[Assigned task] Filter the entries for lines with the word "SUBTRACT".

(Stored items)
********************

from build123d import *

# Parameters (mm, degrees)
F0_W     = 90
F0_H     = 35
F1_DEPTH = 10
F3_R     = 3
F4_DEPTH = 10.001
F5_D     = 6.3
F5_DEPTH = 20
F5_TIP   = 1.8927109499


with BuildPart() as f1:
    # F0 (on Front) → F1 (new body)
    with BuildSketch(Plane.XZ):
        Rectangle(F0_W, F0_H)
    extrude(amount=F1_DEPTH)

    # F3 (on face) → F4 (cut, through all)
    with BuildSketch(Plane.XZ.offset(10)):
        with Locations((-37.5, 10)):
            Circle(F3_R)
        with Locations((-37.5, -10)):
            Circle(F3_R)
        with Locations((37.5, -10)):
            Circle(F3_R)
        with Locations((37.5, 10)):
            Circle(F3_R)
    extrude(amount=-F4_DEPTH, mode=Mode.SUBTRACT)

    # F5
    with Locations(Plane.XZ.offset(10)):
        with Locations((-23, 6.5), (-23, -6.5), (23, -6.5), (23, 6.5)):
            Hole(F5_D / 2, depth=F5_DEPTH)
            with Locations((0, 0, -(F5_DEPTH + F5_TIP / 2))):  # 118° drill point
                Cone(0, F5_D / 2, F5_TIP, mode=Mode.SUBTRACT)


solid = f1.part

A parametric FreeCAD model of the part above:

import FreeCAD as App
import Part
import Sketcher
from FreeCAD import Vector

doc = App.newDocument("Part")
body = doc.addObject("PartDesign::Body", "Body")

# Sketch on XZ plane
sketch1 = body.newObject("Sketcher::SketchObject", "Sketch")
sketch1.AttachmentSupport = (doc.getObject("XZ_Plane"), [""])
sketch1.MapMode = "FlatFace"
sketch1.addGeometry([
    Part.LineSegment(Vector(-45, 18, 0), Vector(-45, -18, 0)),
    Part.LineSegment(Vector(-45, -18, 0), Vector(45, -18, 0)),
    Part.LineSegment(Vector(45, -18, 0), Vector(45, 18, 0)),
    Part.LineSegment(Vector(45, 18, 0), Vector(-45, 18, 0)),
], False)
sketch1.addConstraint([
    Sketcher.Constraint("Coincident", 0, 2, 1, 1),
    Sketcher.Constraint("Coincident", 1, 2, 2, 1),
    Sketcher.Constraint("Coincident", 2, 2, 3, 1),
    Sketcher.Constraint("Coincident", 3, 2, 0, 1),
    Sketcher.Constraint("Vertical", 0),
    Sketcher.Constraint("Horizontal", 1),
    Sketcher.Constraint("Vertical", 2),
    Sketcher.Constraint("Horizontal", 3),
    Sketcher.Constraint("Symmetric", 0, 2, 2, 2, -1, 1),
    Sketcher.Constraint("DistanceX", 1, 1, 1, 2, 90.0),
    Sketcher.Constraint("DistanceY", 0, 2, 0, 1, 35.0),
])
pad1 = body.newObject("PartDesign::Pad", "Pad")
pad1.Profile = sketch1
pad1.Length = 10

# Sketch on XZ plane
sketch2 = body.newObject("Sketcher::SketchObject", "Sketch001")
sketch2.AttachmentSupport = (doc.getObject("XZ_Plane"), [""])
sketch2.MapMode = "FlatFace"
sketch2.AttachmentOffset = App.Placement(Vector(0, 0, 10), App.Rotation())
sketch2.addGeometry([
    Part.Circle(Vector(-37.5, 10, 0), Vector(0, 0, 1), 3),
    Part.Circle(Vector(-37.5, -10, 0), Vector(0, 0, 1), 3),
    Part.Circle(Vector(37.5, -10, 0), Vector(0, 0, 1), 3),
    Part.Circle(Vector(37.5, 10, 0), Vector(0, 0, 1), 3),
], False)
sketch2.addConstraint([
    Sketcher.Constraint("Equal", 0, 1),
    Sketcher.Constraint("Equal", 1, 2),
    Sketcher.Constraint("Equal", 2, 3),
    Sketcher.Constraint("Symmetric", 0, 3, 2, 3, -1, 1),
    Sketcher.Constraint("Symmetric", 1, 3, 3, 3, -1, 1),
    Sketcher.Constraint("Symmetric", 1, 3, 2, 3, -2),
    Sketcher.Constraint("Diameter", 0, 6.0),
    Sketcher.Constraint("DistanceY", -1, 1, 0, 3, 10.0),
    Sketcher.Constraint("DistanceX", 1, 3, 2, 3, 75.0),
])
pocket1 = body.newObject("PartDesign::Pocket", "Pocket")
pocket1.Profile = sketch2
pocket1.Type = "ThroughAll"

# Sketch on XZ plane
sketch3 = body.newObject("Sketcher::SketchObject", "Sketch002")
sketch3.AttachmentSupport = (doc.getObject("XZ_Plane"), [""])
sketch3.MapMode = "FlatFace"
sketch3.AttachmentOffset = App.Placement(Vector(0, 0, 10), App.Rotation())
sketch3.addGeometry([
    Part.Circle(Vector(-23, 6.5, 0), Vector(0, 0, 1), 3.1),
    Part.Circle(Vector(-23, -6.5, 0), Vector(0, 0, 1), 3.1),
    Part.Circle(Vector(23, -6.5, 0), Vector(0, 0, 1), 3.1),
    Part.Circle(Vector(23, 6.5, 0), Vector(0, 0, 1), 3.1),
], False)
sketch3.addConstraint([
    Sketcher.Constraint("Equal", 0, 1),
    Sketcher.Constraint("Equal", 1, 2),
    Sketcher.Constraint("Equal", 2, 3),
    Sketcher.Constraint("Symmetric", 0, 3, 2, 3, -1, 1),
    Sketcher.Constraint("Symmetric", 1, 3, 3, 3, -1, 1),
    Sketcher.Constraint("Symmetric", 1, 3, 2, 3, -2),
    Sketcher.Constraint("Diameter", 0, 6.3),
    Sketcher.Constraint("DistanceX", 0, 3, -1, 1, 23.0),
    Sketcher.Constraint("DistanceY", 1, 3, 0, 3, 13.0),
])
doc.recompute()
hole = body.newObject("PartDesign::Hole", "Hole")
hole.Profile = sketch3
hole.ThreadType = "None"
hole.Diameter = 6.3
hole.DepthType = "Dimension"
hole.Depth = 20
hole.DrillPoint = "Angled"
hole.DrillPointAngle = 118

doc.recompute()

********************

[Answer space]
    extrude(amount=-F4_DEPTH, mode=Mode.SUBTRACT)
                Cone(0, F5_D / 2, F5_TIP, mode=Mode.SUBTRACT)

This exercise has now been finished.